Spotlighting — Not Just For Poachers

Admit it. The first thing you think about when you hear of spotlighting deer at night is poaching. Fair enough. This heinous act is carried out by criminals every year. We all know mature deer feel safer moving at night. What many of us don’t know is that the physical act of shining a light on a deer is legal in many states – as long as you don’t have a weapon in your vehicle.

Spotlighting could be a suburban hunter’s dream scouting tactic. What better way to find deer than to cover lots of ground in a vehicle, searching through the grid of suburbia for a pile of deer near where you can hunt? On top of that, you can get it done within an hour or so at night.


Do it whenever you have the time! The goal is to find deer, even if that means you only have an hour. And if it means you need to skip television before bed, so be it.

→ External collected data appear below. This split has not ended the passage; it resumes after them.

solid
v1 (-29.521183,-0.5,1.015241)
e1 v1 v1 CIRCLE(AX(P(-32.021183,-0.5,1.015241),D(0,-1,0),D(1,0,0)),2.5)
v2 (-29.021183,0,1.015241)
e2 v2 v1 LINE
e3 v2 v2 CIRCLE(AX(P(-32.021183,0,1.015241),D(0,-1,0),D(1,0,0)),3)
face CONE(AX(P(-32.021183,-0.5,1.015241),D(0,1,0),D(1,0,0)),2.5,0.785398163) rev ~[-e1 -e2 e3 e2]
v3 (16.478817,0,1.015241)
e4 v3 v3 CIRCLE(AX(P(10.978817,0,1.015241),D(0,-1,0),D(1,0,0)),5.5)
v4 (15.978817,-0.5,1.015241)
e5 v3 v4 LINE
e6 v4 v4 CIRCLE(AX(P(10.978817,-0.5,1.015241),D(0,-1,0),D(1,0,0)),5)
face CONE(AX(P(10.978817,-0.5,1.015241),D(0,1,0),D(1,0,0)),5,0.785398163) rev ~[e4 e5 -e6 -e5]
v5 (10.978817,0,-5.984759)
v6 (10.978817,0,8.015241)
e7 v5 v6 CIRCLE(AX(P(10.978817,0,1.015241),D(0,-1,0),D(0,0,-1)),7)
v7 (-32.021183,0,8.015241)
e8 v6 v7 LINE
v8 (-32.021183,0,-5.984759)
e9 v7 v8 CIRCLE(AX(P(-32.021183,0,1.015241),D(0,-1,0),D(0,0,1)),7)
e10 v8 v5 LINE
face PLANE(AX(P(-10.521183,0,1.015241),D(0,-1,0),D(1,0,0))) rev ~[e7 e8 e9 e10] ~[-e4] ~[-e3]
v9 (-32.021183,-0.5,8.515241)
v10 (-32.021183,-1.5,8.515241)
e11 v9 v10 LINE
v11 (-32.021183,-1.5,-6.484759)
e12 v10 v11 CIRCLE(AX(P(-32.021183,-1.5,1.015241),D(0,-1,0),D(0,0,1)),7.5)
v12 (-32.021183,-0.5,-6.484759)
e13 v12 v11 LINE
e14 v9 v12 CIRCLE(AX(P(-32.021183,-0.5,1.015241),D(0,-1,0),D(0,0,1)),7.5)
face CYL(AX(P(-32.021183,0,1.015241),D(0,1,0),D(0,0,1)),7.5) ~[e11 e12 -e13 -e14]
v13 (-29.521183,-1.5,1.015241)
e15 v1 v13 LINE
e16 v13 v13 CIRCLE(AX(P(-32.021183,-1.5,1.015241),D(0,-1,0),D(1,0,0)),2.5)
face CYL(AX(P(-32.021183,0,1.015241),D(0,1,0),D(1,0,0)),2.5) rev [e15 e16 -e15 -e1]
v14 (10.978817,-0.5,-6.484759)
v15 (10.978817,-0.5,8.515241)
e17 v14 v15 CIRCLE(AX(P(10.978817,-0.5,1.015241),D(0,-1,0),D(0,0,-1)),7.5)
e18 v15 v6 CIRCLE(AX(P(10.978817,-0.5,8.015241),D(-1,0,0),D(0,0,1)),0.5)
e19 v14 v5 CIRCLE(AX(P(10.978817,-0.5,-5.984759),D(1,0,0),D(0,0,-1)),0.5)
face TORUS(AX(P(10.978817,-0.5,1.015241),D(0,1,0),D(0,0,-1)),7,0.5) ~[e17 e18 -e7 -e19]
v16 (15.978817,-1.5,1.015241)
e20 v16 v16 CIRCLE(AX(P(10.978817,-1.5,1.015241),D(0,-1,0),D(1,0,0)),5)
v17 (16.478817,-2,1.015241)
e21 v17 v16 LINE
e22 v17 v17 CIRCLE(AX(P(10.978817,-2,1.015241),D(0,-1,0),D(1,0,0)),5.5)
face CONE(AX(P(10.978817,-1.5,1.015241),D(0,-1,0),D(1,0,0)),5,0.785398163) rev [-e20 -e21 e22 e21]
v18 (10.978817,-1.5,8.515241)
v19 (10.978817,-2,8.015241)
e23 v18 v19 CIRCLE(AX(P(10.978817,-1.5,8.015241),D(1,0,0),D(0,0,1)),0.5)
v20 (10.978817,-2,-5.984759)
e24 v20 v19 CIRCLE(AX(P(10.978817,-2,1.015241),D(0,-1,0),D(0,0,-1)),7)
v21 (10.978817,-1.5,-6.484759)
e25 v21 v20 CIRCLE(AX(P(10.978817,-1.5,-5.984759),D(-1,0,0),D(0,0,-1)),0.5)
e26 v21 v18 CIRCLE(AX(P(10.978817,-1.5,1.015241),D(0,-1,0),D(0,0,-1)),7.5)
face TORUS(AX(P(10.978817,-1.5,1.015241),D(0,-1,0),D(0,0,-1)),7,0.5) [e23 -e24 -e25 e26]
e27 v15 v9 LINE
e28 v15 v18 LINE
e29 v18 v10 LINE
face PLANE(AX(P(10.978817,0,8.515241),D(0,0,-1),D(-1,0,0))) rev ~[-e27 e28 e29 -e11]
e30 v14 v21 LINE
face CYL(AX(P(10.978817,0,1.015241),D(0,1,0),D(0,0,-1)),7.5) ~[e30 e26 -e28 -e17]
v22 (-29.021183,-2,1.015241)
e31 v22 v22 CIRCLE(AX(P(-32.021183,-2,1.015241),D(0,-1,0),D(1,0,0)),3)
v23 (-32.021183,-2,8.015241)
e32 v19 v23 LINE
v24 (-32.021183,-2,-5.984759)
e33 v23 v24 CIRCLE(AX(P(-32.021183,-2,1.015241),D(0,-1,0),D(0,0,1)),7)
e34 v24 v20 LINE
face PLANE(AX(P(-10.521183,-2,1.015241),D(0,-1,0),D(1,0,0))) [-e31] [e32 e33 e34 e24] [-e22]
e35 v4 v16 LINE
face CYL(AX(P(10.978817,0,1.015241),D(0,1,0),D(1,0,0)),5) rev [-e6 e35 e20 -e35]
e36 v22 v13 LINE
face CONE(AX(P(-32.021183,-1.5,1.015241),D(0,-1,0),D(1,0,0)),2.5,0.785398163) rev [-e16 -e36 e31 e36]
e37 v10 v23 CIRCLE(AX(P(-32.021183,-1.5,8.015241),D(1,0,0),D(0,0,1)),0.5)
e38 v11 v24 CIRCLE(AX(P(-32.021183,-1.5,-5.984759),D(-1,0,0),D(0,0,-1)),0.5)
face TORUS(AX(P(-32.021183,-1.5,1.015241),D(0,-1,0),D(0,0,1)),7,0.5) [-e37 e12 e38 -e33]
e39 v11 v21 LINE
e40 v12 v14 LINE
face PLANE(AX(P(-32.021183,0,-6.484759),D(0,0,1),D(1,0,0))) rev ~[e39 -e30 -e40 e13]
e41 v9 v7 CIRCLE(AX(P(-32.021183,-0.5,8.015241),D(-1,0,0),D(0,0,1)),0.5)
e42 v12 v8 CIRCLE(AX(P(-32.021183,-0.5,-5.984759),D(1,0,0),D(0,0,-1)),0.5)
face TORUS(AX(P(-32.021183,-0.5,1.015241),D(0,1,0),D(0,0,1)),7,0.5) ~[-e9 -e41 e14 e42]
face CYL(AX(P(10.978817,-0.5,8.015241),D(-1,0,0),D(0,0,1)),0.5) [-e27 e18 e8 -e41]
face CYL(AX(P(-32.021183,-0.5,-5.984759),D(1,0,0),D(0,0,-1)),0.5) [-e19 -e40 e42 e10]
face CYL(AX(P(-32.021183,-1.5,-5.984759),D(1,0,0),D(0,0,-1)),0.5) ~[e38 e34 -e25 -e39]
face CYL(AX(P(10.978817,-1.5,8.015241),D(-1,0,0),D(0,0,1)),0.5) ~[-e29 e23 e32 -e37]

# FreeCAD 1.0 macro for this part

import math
import FreeCAD as App
import Part
import Sketcher
from FreeCAD import Vector
Q = App.Units.Quantity


def edges_at(feature, points):
    """Names of the edges that pass closest to the given points."""
    edges = feature.Shape.Edges
    near = lambda p: min(range(len(edges)), key=lambda i: edges[i].distToShape(Part.Vertex(*p))[0])
    return sorted({f"Edge{near(p) + 1}" for p in points})

doc = App.newDocument("Part")
body = doc.addObject("PartDesign::Body", "Body")

# Sketch on XZ plane
sketch1 = body.newObject("Sketcher::SketchObject", "Sketch")
sketch1.AttachmentSupport = (doc.getObject("XZ_Plane"), [""])
sketch1.MapMode = "FlatFace"
sketch1.addGeometry([
    Part.LineSegment(Vector(11, 8.5, 0), Vector(-32, 8.5, 0)),  # 0
    Part.ArcOfCircle(Part.Circle(Vector(-32, 1, 0), Vector(0, 0, 1), 7.5), math.radians(90), math.radians(270)),  # 1
    Part.LineSegment(Vector(-32, -6.5, 0), Vector(11, -6.5, 0)),  # 2
    Part.ArcOfCircle(Part.Circle(Vector(11, 1, 0), Vector(0, 0, 1), 7.5), math.radians(-90), math.radians(90)),  # 3
    Part.Circle(Vector(-32, 1, 0), Vector(0, 0, 1), 2.5),  # 4
    Part.Circle(Vector(11, 1, 0), Vector(0, 0, 1), 5),  # 5
], False)
sketch1.addConstraint([
    Sketcher.Constraint("Tangent", 0, 2, 1, 1),
    Sketcher.Constraint("Tangent", 1, 2, 2, 1),
    Sketcher.Constraint("Tangent", 2, 2, 3, 1),
    Sketcher.Constraint("Tangent", 3, 2, 0, 1),
    Sketcher.Constraint("Horizontal", 0),
    Sketcher.Constraint("Horizontal", 2),
    Sketcher.Constraint("Coincident", 4, 3, 1, 3),
    Sketcher.Constraint("Coincident", 5, 3, 3, 3),
    Sketcher.Constraint("Diameter", 4, Q("5 mm")),
    Sketcher.Constraint("Diameter", 5, Q("10 mm")),
    Sketcher.Constraint("Radius", 1, Q("7.5 mm")),
    Sketcher.Constraint("DistanceX", 0, 2, 0, 1, Q("43 mm")),
    Sketcher.Constraint("DistanceY", -1, 1, 1, 3, Q("1.015241 mm")),
    Sketcher.Constraint("DistanceX", 1, 3, -1, 1, Q("32.021183 mm")),
])
pad1 = body.newObject("PartDesign::Pad", "Pad")
pad1.Profile = sketch1
pad1.Length = 2
doc.recompute()

fillet = body.newObject("PartDesign::Fillet", "Fillet")
fillet.Base = (pad1, edges_at(pad1, [(-10.521, -2, 8.515), (-39.521, 0, 1.015)]))
fillet.Radius = 0.5
doc.recompute()

chamfer = body.newObject("PartDesign::Chamfer", "Chamfer")
chamfer.Base = (fillet, edges_at(fillet, [
    (-34.521, -2, 1.015),
    (5.979, -2, 1.015),
    (-34.521, 0, 1.015),
    (5.979, 0, 1.015),
]))
chamfer.Size = 0.5

doc.recompute()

I have found that certain weather conditions and times of season dictate the best times for finding deer.

When we’re velvet scouting in the summer, the cool temperatures of a misty rain or just after a thunderstorm bring out the most deer. In the autumn, the rut has a lot of effect on deer movement but not as much effect as weather. Of course, the cold fronts that bring deer to their feet during the day also keep them on their feet at night.


If you’re limited on time, focus your search around areas you can hunt. Make sure you branch out. Even in some of the most densely deer populated areas of the country, I’ve had pictures of bucks on camera in October, and come November, the same buck is on camera more than five miles away. That particular buck had to cross a major river as well. You just don’t know how far deer will travel.

Man-made sanctuaries are always high on my list of places to check out. I’m talking developments and any other areas where hunting is not allowed. Deer move. And if they’re anywhere close to land I can hunt, I know it’s time to scout there in order to see where I might ambush them.

The time of year can make a difference. Velvet bucks in bachelor groups love farm fields. I’ve found that alfalfa is their favorite as long as it’s green. If I find a group of bucks feeding in an alfalfa field, I know there’s a good chance I’ll catch one of them once their velvet sheds.

If you don’t have any farm fields in your area, find what your deer prefer to feed on in the summer. It very well could be your neighbor’s grass or apple tree. As velvet sheds, I start to cover a greater area to find where the deer have moved.


Leave the weapon at home. Its illegal, it’s immoral, and it’s not what we’re here for. We’re not poaching. We’re hunting – and they’re not even in the same category. The first step to hunting a deer is finding a deer and that’s exactly what we’re trying to do here. We want to find a deer where we can legally hunt it. So grab a spotlight (and a friend if you so please), play some tunes and go ride around. Often, you won’t even need a spotlight; your headlights will reveal the buck you’re looking for.

Be respectful with this method. Check your local laws. Never shine someone’s house or vehicle. Once you find a deer you want to hunt, do your homework and find out where you can ambush it. Spotlighting saves you the time of hanging cameras on pieces of ground where you’re not sure if there are legally huntable populations of deer.